While Maine’s criminal code addresses the rights of crime victims in statute, and is well-meaning, it is not enough. The right to “request” restitution is not a “right to restitution,” and the “right” to be notified of an upcoming legal proceeding “whenever practicable,” as is currently the case, does not suffice because it is not a requirement. Victims of crime deserve these rights to be guaranteed in the Maine Constitution.

That is why the members of the Maine chapter of Parents of Murdered Children, a grass-roots victims’ advocacy organization that I lead, support Marsy’s Law for Maine, which will elevate our rights as victims of crime to be as strong and enforceable as the rights of the people accused or convicted of a crime. Marsy’s Law for Maine will ensure our rights are recognized at the highest levels of the criminal and juvenile justice systems, and it will finally guarantee us the voice and legal standing that true justice demands.

Marsy’s Law for Maine ensures that we have the constitutional rights to be treated with courtesy, fairness and respect for our dignity and privacy throughout criminal justice proceedings; receive information about our rights and the services available to us; receive timely notification of proceedings and other major developments in our case; receive timely notification of changes to the offender’s custodial status; and be present at court proceedings. We also will have the right to provide input to the prosecutor before a plea agreement is finalized, be heard at plea, sentencing proceedings, or any process that may result in the offender’s release, and we will have the right to restitution.

Marsy’s Law for Maine will mean a great deal to crime victims. We will no longer feel our rights, or our voices and participation in the cases that affect us, are afterthoughts. It won’t change the reality we now live with nor the never-ending grief we feel, but it will reassure us that we will not be forgotten, and that we will — at long last — have legal standing equal to that of the accused or convicted.
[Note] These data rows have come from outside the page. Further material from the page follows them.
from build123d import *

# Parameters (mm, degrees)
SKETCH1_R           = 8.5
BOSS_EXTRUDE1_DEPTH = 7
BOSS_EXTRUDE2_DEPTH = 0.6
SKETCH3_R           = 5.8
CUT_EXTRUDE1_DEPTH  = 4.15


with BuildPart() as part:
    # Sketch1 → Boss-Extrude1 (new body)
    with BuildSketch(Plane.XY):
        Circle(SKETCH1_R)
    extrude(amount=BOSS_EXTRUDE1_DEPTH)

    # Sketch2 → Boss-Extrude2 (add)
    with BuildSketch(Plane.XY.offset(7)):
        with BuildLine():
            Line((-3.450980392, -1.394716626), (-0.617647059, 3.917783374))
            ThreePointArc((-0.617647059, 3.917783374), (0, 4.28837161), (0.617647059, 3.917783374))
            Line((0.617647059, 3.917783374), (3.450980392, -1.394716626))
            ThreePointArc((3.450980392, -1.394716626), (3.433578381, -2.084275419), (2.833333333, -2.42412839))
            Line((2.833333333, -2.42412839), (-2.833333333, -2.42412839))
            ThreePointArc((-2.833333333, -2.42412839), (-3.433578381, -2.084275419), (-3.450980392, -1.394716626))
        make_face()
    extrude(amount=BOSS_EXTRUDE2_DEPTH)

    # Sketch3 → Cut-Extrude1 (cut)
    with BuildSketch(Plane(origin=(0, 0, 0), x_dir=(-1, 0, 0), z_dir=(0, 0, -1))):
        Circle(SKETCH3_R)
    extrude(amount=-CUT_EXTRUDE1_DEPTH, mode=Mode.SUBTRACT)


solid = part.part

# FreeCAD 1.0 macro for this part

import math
import FreeCAD as App
import Part
import Sketcher
from FreeCAD import Vector

doc = App.newDocument("Part")
body = doc.addObject("PartDesign::Body", "Body")

# Sketch on XY plane
sketch1 = doc.addObject("Sketcher::SketchObject", "Sketch")
body.addObject(sketch1)
sketch1.AttachmentSupport = (doc.XY_Plane, [""])
sketch1.MapMode = "FlatFace"
sketch1.addGeometry(Part.Circle(Vector(0, 0, 0), Vector(0, 0, 1), 8), False)
sketch1.addConstraint([
    Sketcher.Constraint("Coincident", 0, 3, -1, 1),
    Sketcher.Constraint("Diameter", 0, 17.0),
])
pad1 = doc.addObject("PartDesign::Pad", "Pad")
body.addObject(pad1)
pad1.Profile = sketch1
pad1.Length = 7

# Sketch on XY plane
sketch2 = doc.addObject("Sketcher::SketchObject", "Sketch001")
body.addObject(sketch2)
sketch2.AttachmentSupport = (doc.XY_Plane, [""])
sketch2.MapMode = "FlatFace"
sketch2.AttachmentOffset = App.Placement(Vector(0, 0, 7), App.Rotation())
sketch2.addGeometry([
    Part.LineSegment(Vector(-0.6, 3.9, 0), Vector(-3.5, -1.4, 0)),  # 0
    Part.ArcOfCircle(Part.Circle(Vector(-2.8, -1.7, 0), Vector(0, 0, 1), 0.7), math.radians(152), math.radians(270)),  # 1
    Part.LineSegment(Vector(-2.8, -2.4, 0), Vector(2.8, -2.4, 0)),  # 2
    Part.ArcOfCircle(Part.Circle(Vector(2.8, -1.7, 0), Vector(0, 0, 1), 0.7), math.radians(-90), math.radians(28)),  # 3
    Part.LineSegment(Vector(3.5, -1.4, 0), Vector(0.6, 3.9, 0)),  # 4
    Part.ArcOfCircle(Part.Circle(Vector(0, 3.6, 0), Vector(0, 0, 1), 0.7), math.radians(28), math.radians(152)),  # 5
], False)
sketch2.addConstraint([
    Sketcher.Constraint("Tangent", 0, 2, 1, 1),
    Sketcher.Constraint("Tangent", 1, 2, 2, 1),
    Sketcher.Constraint("Tangent", 2, 2, 3, 1),
    Sketcher.Constraint("Tangent", 3, 2, 4, 1),
    Sketcher.Constraint("Tangent", 4, 2, 5, 1),
    Sketcher.Constraint("Tangent", 5, 2, 0, 1),
    Sketcher.Constraint("Horizontal", 2),
    Sketcher.Constraint("Equal", 1, 3),
    Sketcher.Constraint("Equal", 3, 5),
    Sketcher.Constraint("Symmetric", 0, 2, 3, 2, -2),
    Sketcher.Constraint("Radius", 1, 0.7),
    Sketcher.Constraint("DistanceY", 1, 3, 5, 3, 5.3125),
    Sketcher.Constraint("DistanceX", 2, 1, 2, 2, 5.666667),
    Sketcher.Constraint("DistanceY", 1, 3, -1, 1, 1.724128),
])
pad2 = doc.addObject("PartDesign::Pad", "Pad001")
body.addObject(pad2)
pad2.Profile = sketch2
pad2.Length = 0.6

# Sketch on XY plane
sketch3 = doc.addObject("Sketcher::SketchObject", "Sketch002")
body.addObject(sketch3)
sketch3.AttachmentSupport = (doc.XY_Plane, [""])
sketch3.MapMode = "FlatFace"
sketch3.addGeometry(Part.Circle(Vector(0, 0, 0), Vector(0, 0, 1), 6), False)
sketch3.addConstraint([
    Sketcher.Constraint("Coincident", 0, 3, -1, 1),
    Sketcher.Constraint("Diameter", 0, 11.6),
])
pocket1 = doc.addObject("PartDesign::Pocket", "Pocket")
body.addObject(pocket1)
pocket1.Profile = sketch3
pocket1.Length = 4.15
pocket1.Reversed = True

doc.recompute()
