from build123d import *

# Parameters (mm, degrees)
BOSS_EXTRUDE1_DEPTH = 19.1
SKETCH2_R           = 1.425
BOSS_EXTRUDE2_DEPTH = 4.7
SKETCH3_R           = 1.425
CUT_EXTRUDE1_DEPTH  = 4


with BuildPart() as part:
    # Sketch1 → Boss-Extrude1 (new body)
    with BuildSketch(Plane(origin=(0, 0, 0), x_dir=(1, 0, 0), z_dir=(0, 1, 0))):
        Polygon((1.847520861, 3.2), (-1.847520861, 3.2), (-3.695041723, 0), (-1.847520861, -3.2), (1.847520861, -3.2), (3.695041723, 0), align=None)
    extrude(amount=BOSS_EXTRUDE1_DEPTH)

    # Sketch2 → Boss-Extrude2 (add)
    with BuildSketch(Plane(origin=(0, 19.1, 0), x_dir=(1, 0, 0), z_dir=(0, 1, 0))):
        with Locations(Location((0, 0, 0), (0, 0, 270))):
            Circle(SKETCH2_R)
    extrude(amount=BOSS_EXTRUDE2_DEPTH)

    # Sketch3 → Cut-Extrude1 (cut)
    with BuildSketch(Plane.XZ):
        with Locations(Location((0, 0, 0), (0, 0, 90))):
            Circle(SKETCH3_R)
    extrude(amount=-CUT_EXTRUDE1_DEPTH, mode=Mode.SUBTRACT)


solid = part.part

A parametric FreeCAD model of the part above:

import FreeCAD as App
import Part
import Sketcher

V = App.Vector
Q = App.Units.Quantity


def add_polygon(sketch, points):
    """Adds a closed chain of lines whose ends are joined by coincident constraints."""
    first, n = sketch.GeometryCount, len(points)
    for a, b in zip(points, points[1:] + points[:1]):
        sketch.addGeometry(Part.LineSegment(App.Vector(*a, 0), App.Vector(*b, 0)), False)
    for i in range(n):
        sketch.addConstraint(Sketcher.Constraint("Coincident", first + i, 2, first + (i + 1) % n, 1))

doc = App.newDocument("Part")
params = doc.addObject("Spreadsheet::Sheet", "Params")
for row, (alias, value) in enumerate([
    ("pad1_length", "19.1 mm"),
    ("sketch2_diameter", "2.85 mm"),
    ("pad2_length", "4.7 mm"),
    ("sketch3_diameter", "2.85 mm"),
    ("pocket1_length", "4 mm"),
], start=1):
    params.set(f"A{row}", alias)
    params.set(f"B{row}", "=" + value)
    params.setAlias(f"B{row}", alias)

body = doc.addObject("PartDesign::Body", "Body")

# Sketch on XZ plane
sketch1 = body.newObject("Sketcher::SketchObject", "Sketch")
sketch1.AttachmentSupport = (doc.getObject("XZ_Plane"), [""])
sketch1.MapMode = "FlatFace"
add_polygon(sketch1, [(1.8, -3.2), (-1.8, -3.2), (-3.7, 0), (-1.8, 3.2), (1.8, 3.2), (3.7, 0)])  # lines 0-5
sketch1.addConstraint(Sketcher.Constraint("Horizontal", 0))
sketch1.addConstraint(Sketcher.Constraint("Horizontal", 3))
sketch1.addConstraint(Sketcher.Constraint("Symmetric", 0, 2, 3, 2, -1, 1))
sketch1.addConstraint(Sketcher.Constraint("Symmetric", 1, 2, 4, 2, -1, 1))
sketch1.addConstraint(Sketcher.Constraint("PointOnObject", 1, 2, -1))
sketch1.addConstraint(Sketcher.Constraint("Parallel", 2, 5))
sketch1.addConstraint(Sketcher.Constraint("Vertical", 0, 2, 2, 2))
sketch1.addConstraint(Sketcher.Constraint("Angle", 1, Q("120 deg")))
sketch1.addConstraint(Sketcher.Constraint("DistanceY", 0, 2, -1, 1, 3.2))
sketch1.addConstraint(Sketcher.Constraint("DistanceX", 0, 2, 0, 1, 3.695042))
pad1 = body.newObject("PartDesign::Pad", "Pad")
pad1.Profile = sketch1
pad1.setExpression("Length", "Params.pad1_length")
pad1.Reversed = True

# Sketch on XZ plane
sketch2 = body.newObject("Sketcher::SketchObject", "Sketch001")
sketch2.AttachmentSupport = (doc.getObject("XZ_Plane"), [""])
sketch2.MapMode = "FlatFace"
sketch2.AttachmentOffset = App.Placement(V(0, 0, -19.1), App.Rotation())
sketch2.addGeometry(Part.Circle(V(0, 0, 0), V(0, 0, 1), 1.4), False)
sketch2.addConstraint(Sketcher.Constraint("Coincident", 0, 3, -1, 1))
sketch2.addConstraint(Sketcher.Constraint("Diameter", 0, 2.85))
sketch2.setExpression("Constraints[1]", "Params.sketch2_diameter")
pad2 = body.newObject("PartDesign::Pad", "Pad001")
pad2.Profile = sketch2
pad2.setExpression("Length", "Params.pad2_length")
pad2.Reversed = True

# Sketch on XZ plane
sketch3 = body.newObject("Sketcher::SketchObject", "Sketch002")
sketch3.AttachmentSupport = (doc.getObject("XZ_Plane"), [""])
sketch3.MapMode = "FlatFace"
sketch3.addGeometry(Part.Circle(V(0, 0, 0), V(0, 0, 1), 1.4), False)
sketch3.addConstraint(Sketcher.Constraint("Coincident", 0, 3, -1, 1))
sketch3.addConstraint(Sketcher.Constraint("Diameter", 0, 2.85))
sketch3.setExpression("Constraints[1]", "Params.sketch3_diameter")
pocket1 = body.newObject("PartDesign::Pocket", "Pocket")
pocket1.Profile = sketch3
pocket1.setExpression("Length", "Params.pocket1_length")

doc.recompute()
Marsy’s Law for Maine also will help end the continual reminders that occur for crime victims year after year — with the appeals, post-conviction reviews and legal challenges we suffer through — that those who took so much from us have greater legal standing than we do.

I take this opportunity during National Crime Victims’ Rights Week to thank Senate President Mike Thibodeau, House Majority Leader Erin Herbig and the co-sponsors of Marsy’s Law for Maine for their efforts to bring long-awaited justice to crime victims in Maine. It is my sincere hope that our state’s lawmakers, and eventually Maine voters, will support this much-needed remedy for crime victims who find it patently unjust that accused and convicted criminals have guaranteed constitutional rights and protections that we — the innocent victims — do not.

Arthur Jette is the leader of the Maine chapter of Parents of Murdered Children.